Would you return the lines between the one holding "f 144 146 359" and the one holding "f 370 368 371", inclusive, and only those, exactly as they stand in the listing below?
START Dataset records
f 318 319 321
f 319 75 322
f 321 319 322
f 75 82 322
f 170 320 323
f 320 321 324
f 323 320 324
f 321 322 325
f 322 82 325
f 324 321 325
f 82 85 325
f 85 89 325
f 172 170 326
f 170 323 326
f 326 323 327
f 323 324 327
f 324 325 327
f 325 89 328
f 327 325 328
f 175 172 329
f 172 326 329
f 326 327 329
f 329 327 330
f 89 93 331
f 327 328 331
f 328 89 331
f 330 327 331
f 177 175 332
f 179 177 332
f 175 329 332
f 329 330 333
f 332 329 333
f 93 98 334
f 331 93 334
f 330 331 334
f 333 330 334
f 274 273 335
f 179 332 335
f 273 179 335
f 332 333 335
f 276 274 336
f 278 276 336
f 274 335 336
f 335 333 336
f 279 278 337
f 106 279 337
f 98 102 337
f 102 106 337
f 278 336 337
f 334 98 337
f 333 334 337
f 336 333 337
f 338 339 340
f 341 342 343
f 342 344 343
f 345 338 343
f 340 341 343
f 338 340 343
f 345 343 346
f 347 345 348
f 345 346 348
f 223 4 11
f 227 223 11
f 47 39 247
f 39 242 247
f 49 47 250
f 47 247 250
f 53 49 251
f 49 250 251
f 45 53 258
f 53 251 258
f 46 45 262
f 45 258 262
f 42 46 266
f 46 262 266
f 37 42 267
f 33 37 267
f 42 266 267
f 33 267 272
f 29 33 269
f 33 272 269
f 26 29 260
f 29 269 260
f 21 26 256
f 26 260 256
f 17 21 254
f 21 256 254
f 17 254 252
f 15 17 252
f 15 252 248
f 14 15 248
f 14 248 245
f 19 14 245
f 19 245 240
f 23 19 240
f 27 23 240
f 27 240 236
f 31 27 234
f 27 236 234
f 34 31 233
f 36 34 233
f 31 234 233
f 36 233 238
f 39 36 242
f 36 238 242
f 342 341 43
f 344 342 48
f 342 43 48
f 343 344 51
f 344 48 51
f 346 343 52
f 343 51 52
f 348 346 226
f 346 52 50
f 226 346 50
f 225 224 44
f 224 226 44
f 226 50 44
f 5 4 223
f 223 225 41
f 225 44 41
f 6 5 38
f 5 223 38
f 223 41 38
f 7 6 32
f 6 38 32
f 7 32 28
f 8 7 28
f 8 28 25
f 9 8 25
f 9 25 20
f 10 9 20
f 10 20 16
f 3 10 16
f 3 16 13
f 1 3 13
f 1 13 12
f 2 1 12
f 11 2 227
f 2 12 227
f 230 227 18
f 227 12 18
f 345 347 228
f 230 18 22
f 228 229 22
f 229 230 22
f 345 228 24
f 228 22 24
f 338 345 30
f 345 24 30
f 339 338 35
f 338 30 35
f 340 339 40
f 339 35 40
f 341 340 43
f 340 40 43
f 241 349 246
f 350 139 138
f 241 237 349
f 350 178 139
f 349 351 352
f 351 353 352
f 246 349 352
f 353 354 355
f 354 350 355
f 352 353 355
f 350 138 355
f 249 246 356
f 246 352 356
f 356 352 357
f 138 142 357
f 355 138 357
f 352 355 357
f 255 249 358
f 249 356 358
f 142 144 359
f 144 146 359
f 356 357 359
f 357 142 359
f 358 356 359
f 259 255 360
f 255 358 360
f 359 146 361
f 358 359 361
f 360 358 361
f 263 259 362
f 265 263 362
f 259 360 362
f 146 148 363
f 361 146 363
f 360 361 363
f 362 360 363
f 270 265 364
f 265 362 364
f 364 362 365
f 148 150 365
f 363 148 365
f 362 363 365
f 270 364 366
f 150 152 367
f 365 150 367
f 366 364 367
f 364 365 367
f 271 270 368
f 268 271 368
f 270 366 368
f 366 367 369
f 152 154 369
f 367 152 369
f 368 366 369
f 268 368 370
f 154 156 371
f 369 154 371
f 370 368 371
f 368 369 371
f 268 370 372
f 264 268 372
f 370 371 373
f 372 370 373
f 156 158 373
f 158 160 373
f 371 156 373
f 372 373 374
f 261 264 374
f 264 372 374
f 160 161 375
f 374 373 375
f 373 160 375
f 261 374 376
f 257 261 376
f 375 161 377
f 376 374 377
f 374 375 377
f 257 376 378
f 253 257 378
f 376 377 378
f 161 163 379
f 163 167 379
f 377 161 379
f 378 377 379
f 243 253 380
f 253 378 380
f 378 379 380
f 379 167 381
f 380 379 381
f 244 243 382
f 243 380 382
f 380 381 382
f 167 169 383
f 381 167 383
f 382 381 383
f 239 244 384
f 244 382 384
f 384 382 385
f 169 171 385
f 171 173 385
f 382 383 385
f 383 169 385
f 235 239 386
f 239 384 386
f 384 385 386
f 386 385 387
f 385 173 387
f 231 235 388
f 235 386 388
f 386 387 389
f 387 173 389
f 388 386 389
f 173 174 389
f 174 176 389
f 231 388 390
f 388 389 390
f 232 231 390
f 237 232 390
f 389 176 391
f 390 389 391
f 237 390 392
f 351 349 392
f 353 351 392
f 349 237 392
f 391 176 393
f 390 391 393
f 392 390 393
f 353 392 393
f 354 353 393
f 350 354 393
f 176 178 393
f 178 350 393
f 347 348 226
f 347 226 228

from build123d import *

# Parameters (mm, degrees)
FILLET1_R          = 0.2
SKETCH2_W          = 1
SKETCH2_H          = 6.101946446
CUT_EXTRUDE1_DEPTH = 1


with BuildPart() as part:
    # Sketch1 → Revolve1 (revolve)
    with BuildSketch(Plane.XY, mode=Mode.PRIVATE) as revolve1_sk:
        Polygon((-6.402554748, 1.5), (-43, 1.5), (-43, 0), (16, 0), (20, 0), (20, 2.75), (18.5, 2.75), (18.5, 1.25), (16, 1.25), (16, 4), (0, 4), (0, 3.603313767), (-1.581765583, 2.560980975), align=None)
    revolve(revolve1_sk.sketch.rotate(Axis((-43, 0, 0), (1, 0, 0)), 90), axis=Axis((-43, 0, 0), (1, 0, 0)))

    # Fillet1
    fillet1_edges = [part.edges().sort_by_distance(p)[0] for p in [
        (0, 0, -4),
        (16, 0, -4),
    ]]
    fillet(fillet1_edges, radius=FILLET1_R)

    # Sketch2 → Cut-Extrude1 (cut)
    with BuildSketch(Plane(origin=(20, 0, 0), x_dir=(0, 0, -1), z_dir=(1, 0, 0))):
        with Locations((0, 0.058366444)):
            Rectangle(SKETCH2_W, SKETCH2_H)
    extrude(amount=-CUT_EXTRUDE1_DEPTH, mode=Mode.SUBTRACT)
END Dataset records
**Answer area:**
f 144 146 359
f 356 357 359
f 357 142 359
f 358 356 359
f 259 255 360
f 255 358 360
f 359 146 361
f 358 359 361
f 360 358 361
f 263 259 362
f 265 263 362
f 259 360 362
f 146 148 363
f 361 146 363
f 360 361 363
f 362 360 363
f 270 265 364
f 265 362 364
f 364 362 365
f 148 150 365
f 363 148 365
f 362 363 365
f 270 364 366
f 150 152 367
f 365 150 367
f 366 364 367
f 364 365 367
f 271 270 368
f 268 271 368
f 270 366 368
f 366 367 369
f 152 154 369
f 367 152 369
f 368 366 369
f 268 368 370
f 154 156 371
f 369 154 371
f 370 368 371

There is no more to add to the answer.